# How to get close to Starbucks pike place roast filter.



## tcr4x4 (Jan 2, 2013)

Having a bad day at work earlier in the week, I stopped off at Gordano services on the M5 and fancied a drink, but didnt really want something milky or with espresso. I noticed Starbucks had a filter coffee on the go so had a cup of that, and boy was it good! Brought back so many memories and reminded me of why I love coffee so much.

I grew up on filter coffee, and that's what I always associated with good strong coffee, but haven't used or had a filter for a long time apart from my Aeropress.

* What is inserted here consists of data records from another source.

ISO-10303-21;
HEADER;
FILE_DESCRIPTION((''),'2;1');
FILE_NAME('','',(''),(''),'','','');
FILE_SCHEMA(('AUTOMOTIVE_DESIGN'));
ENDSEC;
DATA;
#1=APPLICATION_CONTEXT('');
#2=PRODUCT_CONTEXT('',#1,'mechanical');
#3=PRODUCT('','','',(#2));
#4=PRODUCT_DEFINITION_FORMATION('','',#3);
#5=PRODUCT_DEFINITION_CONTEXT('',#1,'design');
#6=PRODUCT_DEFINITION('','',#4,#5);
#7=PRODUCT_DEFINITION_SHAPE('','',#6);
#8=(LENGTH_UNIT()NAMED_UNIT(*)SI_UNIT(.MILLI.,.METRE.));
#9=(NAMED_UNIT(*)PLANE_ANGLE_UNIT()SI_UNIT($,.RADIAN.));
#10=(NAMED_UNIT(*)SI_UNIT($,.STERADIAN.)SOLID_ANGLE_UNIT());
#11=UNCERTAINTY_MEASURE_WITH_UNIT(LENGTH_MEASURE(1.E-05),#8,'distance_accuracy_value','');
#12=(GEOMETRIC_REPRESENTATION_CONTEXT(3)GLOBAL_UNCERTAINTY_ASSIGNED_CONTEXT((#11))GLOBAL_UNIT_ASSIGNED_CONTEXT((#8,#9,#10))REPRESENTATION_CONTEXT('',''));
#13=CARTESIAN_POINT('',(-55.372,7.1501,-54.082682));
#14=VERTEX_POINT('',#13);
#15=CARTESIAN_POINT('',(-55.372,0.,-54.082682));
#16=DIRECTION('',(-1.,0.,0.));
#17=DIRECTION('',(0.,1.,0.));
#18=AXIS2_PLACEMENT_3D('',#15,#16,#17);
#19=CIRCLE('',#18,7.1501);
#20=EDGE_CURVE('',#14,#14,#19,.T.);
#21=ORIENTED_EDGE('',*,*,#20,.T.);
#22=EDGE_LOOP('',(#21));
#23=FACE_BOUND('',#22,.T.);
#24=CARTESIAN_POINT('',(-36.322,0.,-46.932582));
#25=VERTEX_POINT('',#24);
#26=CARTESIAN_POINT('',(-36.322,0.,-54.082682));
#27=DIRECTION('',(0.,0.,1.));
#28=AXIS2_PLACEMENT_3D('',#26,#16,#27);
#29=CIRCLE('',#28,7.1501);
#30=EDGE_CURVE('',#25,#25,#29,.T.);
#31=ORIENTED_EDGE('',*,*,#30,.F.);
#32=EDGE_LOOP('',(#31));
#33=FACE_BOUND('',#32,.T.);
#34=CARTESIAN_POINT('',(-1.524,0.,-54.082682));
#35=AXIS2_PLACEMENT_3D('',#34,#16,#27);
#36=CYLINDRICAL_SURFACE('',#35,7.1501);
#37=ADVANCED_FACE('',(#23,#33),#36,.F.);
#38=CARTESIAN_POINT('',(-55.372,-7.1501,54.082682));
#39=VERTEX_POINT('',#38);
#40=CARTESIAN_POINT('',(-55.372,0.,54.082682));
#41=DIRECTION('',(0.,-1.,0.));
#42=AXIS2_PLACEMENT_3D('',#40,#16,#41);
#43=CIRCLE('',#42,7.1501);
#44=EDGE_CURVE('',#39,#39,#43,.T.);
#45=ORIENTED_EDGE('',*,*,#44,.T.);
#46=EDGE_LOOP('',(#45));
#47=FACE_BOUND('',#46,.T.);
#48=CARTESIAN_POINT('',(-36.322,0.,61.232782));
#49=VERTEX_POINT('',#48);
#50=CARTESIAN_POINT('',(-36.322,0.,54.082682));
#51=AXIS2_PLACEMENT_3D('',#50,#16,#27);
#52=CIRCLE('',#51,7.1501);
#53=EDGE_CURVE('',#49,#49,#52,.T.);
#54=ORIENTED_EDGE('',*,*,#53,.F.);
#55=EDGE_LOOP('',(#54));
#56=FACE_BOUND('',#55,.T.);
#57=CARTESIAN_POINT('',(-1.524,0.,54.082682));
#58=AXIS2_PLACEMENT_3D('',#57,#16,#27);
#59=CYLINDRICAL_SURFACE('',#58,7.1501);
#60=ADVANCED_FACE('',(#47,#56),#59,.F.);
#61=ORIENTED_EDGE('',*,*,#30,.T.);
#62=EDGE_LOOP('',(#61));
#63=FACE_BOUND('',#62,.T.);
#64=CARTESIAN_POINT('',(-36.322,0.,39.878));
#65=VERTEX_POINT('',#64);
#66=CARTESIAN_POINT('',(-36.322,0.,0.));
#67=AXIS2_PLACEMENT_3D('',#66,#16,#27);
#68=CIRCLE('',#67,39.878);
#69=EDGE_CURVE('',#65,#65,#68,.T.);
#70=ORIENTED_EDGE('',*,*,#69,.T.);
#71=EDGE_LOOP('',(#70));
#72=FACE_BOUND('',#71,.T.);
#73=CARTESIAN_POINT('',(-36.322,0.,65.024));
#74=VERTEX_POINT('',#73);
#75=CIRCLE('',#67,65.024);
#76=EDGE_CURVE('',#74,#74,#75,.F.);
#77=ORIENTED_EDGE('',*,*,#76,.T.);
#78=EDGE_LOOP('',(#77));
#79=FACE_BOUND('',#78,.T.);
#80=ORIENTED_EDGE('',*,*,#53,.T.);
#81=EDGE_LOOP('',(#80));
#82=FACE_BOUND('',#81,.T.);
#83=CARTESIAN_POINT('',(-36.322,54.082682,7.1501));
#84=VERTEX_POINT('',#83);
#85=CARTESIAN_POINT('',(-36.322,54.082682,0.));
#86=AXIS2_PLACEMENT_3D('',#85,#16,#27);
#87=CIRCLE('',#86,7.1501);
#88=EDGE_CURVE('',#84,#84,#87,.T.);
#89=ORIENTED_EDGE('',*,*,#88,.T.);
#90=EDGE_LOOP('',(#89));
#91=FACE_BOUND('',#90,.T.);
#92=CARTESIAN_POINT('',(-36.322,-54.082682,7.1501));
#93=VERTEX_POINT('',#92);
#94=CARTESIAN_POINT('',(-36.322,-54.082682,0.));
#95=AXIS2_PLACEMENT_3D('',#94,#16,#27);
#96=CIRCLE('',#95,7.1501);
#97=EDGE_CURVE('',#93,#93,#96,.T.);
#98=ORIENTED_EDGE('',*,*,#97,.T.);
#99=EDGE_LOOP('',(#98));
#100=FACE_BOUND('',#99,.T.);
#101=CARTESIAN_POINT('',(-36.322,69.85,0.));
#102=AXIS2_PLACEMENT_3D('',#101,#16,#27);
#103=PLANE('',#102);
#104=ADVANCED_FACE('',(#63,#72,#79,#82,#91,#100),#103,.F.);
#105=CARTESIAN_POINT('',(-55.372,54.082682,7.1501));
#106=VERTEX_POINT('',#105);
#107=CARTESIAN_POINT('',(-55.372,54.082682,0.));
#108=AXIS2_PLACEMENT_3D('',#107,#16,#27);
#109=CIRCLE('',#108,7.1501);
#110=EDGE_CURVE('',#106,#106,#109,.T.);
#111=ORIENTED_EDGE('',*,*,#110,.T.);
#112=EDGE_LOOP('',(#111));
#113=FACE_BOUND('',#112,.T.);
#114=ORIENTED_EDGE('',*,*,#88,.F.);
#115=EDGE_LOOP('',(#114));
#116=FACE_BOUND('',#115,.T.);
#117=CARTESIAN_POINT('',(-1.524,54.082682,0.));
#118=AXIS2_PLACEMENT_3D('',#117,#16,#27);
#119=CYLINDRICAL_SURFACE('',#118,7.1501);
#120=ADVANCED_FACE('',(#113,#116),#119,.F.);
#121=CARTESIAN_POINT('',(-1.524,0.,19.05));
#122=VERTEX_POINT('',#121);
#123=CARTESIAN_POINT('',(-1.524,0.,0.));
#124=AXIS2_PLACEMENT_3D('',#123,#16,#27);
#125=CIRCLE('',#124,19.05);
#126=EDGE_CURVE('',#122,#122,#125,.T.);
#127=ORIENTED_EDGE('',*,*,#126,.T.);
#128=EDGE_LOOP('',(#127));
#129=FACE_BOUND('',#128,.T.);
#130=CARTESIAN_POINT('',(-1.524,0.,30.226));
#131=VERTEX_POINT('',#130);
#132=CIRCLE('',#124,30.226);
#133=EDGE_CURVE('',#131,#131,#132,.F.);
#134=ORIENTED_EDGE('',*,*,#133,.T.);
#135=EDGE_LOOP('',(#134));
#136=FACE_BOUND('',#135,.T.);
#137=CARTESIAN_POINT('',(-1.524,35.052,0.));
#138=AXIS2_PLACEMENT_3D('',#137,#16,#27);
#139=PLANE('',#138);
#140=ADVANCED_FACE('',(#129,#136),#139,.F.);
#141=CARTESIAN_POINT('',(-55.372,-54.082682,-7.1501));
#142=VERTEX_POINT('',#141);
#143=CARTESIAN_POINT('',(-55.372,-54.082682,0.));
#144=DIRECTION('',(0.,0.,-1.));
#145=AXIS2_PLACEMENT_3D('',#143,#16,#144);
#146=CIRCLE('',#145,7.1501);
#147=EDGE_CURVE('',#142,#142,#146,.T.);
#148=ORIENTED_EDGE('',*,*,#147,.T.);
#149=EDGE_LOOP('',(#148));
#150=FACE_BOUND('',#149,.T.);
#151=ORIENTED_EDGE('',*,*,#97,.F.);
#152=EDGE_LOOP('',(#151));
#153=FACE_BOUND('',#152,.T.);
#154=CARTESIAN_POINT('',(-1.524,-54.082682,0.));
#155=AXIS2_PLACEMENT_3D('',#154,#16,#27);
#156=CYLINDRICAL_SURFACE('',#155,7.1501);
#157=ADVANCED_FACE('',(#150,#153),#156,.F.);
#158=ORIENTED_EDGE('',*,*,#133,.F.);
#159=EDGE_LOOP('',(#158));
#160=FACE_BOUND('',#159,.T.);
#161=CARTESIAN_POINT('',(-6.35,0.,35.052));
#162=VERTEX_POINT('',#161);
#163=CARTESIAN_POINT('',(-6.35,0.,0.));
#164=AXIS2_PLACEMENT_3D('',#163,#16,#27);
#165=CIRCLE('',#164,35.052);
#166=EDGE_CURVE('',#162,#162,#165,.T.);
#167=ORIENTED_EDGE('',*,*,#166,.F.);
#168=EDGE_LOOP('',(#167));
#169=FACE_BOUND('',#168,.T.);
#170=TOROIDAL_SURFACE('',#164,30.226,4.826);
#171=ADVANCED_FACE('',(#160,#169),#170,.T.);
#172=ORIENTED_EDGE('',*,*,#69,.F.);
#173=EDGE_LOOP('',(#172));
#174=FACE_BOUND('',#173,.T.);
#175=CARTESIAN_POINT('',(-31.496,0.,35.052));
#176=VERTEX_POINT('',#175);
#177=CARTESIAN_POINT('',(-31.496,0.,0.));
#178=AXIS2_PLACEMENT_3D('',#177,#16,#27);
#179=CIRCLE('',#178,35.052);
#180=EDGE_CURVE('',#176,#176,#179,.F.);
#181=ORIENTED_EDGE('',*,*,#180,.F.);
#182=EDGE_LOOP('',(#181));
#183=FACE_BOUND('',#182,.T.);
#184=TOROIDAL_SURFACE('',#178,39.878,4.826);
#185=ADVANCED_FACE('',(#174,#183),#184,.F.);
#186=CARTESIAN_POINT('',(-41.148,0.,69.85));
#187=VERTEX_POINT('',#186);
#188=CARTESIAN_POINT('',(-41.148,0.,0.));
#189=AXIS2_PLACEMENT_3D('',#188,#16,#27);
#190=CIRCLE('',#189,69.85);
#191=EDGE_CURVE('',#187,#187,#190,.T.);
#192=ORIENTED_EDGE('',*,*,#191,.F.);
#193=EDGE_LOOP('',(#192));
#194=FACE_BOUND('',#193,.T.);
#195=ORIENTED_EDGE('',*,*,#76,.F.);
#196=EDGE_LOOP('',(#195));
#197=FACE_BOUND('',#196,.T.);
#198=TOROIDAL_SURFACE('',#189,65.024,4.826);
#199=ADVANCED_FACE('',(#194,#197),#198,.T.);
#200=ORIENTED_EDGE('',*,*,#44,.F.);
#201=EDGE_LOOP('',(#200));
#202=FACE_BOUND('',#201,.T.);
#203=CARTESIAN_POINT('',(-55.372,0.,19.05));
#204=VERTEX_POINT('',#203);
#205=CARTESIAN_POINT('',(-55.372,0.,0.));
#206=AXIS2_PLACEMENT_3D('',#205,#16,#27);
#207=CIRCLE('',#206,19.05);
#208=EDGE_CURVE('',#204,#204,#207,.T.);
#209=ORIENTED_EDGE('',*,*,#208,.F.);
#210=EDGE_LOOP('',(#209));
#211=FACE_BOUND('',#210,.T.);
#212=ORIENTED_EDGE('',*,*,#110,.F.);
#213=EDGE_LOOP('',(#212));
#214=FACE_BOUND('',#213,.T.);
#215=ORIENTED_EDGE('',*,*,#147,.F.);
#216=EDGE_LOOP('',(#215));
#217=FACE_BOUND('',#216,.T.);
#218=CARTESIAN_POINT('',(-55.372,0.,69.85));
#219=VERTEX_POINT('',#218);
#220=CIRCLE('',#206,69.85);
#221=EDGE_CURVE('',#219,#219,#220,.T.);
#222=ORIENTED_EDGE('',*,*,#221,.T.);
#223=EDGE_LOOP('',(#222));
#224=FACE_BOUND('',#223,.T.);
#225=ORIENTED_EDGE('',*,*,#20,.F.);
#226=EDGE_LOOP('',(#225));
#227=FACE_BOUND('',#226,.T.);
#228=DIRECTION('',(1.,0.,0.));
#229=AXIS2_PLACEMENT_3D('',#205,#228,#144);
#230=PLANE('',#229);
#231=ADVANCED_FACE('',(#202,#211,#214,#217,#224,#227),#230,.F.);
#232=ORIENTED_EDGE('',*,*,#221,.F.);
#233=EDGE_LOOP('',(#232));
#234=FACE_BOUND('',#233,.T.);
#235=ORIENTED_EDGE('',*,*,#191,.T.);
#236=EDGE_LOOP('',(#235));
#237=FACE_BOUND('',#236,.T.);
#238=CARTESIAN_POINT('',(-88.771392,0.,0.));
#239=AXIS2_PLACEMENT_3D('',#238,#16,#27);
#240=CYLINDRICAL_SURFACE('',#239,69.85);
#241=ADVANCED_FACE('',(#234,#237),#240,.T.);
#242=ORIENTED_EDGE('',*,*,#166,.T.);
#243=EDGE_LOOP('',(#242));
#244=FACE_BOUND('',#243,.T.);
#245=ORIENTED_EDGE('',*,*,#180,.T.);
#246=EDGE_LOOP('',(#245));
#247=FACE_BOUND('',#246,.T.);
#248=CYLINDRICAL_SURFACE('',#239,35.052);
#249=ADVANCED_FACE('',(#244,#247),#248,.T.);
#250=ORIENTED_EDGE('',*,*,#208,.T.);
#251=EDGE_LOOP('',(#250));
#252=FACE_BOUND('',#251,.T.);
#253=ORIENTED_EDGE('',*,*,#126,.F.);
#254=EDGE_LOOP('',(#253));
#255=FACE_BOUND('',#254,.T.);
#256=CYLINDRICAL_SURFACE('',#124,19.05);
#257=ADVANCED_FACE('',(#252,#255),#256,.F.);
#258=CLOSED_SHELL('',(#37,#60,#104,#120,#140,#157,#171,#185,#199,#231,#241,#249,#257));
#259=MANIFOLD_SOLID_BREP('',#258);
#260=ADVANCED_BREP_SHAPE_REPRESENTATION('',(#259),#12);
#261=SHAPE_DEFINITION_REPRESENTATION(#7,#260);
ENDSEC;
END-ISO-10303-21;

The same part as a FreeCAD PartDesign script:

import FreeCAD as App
import Part
import Sketcher
Q = App.Units.Quantity


def edges_at(feature, points):
    """Names of the edges that pass closest to the given points."""
    edges = feature.Shape.Edges
    near = lambda p: min(range(len(edges)), key=lambda i: edges[i].distToShape(Part.Vertex(*p))[0])
    return sorted({f"Edge{near(p) + 1}" for p in points})


def add_polygon(sketch, points):
    """Adds a closed chain of lines whose ends are joined by coincident constraints."""
    first, n = sketch.GeometryCount, len(points)
    for a, b in zip(points, points[1:] + points[:1]):
        sketch.addGeometry(Part.LineSegment(App.Vector(*a, 0), App.Vector(*b, 0)), False)
    for i in range(n):
        sketch.addConstraint(Sketcher.Constraint("Coincident", first + i, 2, first + (i + 1) % n, 1))

doc = App.newDocument("Part")
body = doc.addObject("PartDesign::Body", "Body")

sketch1 = body.newObject("Sketcher::SketchObject", "Sketch")
sketch1.AttachmentSupport = (doc.getObject("XY_Plane"), [""])
sketch1.MapMode = "FlatFace"
add_polygon(sketch1, [(-2, 35), (-36, 35), (-36, 70), (-55, 70), (-55, 0), (-2, 0)])
sketch1.addConstraint([
    Sketcher.Constraint("Horizontal", 0),
    Sketcher.Constraint("Vertical", 1),
    Sketcher.Constraint("Horizontal", 2),
    Sketcher.Constraint("Vertical", 3),
    Sketcher.Constraint("Horizontal", 4),
    Sketcher.Constraint("Vertical", 5),
    Sketcher.Constraint("PointOnObject", 3, 2, -1),
    Sketcher.Constraint("Equal", 0, 1),
    Sketcher.Constraint("DistanceX", 0, 2, 0, 1, Q("1.37 in")),
    Sketcher.Constraint("DistanceX", 2, 2, 2, 1, Q("0.75 in")),
    Sketcher.Constraint("DistanceY", 3, 2, 3, 1, Q("2.75 in")),
    Sketcher.Constraint("DistanceX", 0, 2, -1, 1, Q("1.43 in")),
])
revolution = body.newObject("PartDesign::Revolution", "Revolution")
revolution.Profile = sketch1
revolution.ReferenceAxis = (sketch1, ["H_Axis"])
revolution.Angle = 360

I can't seem to get a brew as tasty as the Starbucks from my Aeropress, nothing wrong with them, they just don't have "that" taste I love and remember.

So is there anything else without costing a fortune that will get me close to that strong filter taste I really enjoy?


----------



## 4085 (Nov 23, 2012)

Tom, I have just bought a Syphon from Amazon for £25 and a Siemens Porsche coffee system that seems to be a fancy Cona arrangement. Neither are here yet but the ain is to get a crisp clean long drink, and from the research I have done, these 2 ought to go some way towards that (when they turn up!)


----------



## garydyke1 (Mar 9, 2011)

Not sure what to suggest really, did you ask what beans they were & what method was used to produce.

Conversely I visited two specialty coffee shops recently which both had horrendously overextracted filter brews. Nice to have my home efforts validated as far superior


----------



## MWJB (Feb 28, 2012)

Can't you buy the Starbucks beans? I'd think you can get close with an Aeropress...if you can establish what kind of brew ratios Starbucks use. Any reason to think it's far off 56g/l?


----------



## tcr4x4 (Jan 2, 2013)

They use a blend called pike place roast

http://starbucks.co.uk/coffee/medium/pike-place-roast

You can buy them, but it was more the process I was wondering about. They had two big commercial filter drip machines with glass carafes. I might buy a cheap filter machine and see if I can get near.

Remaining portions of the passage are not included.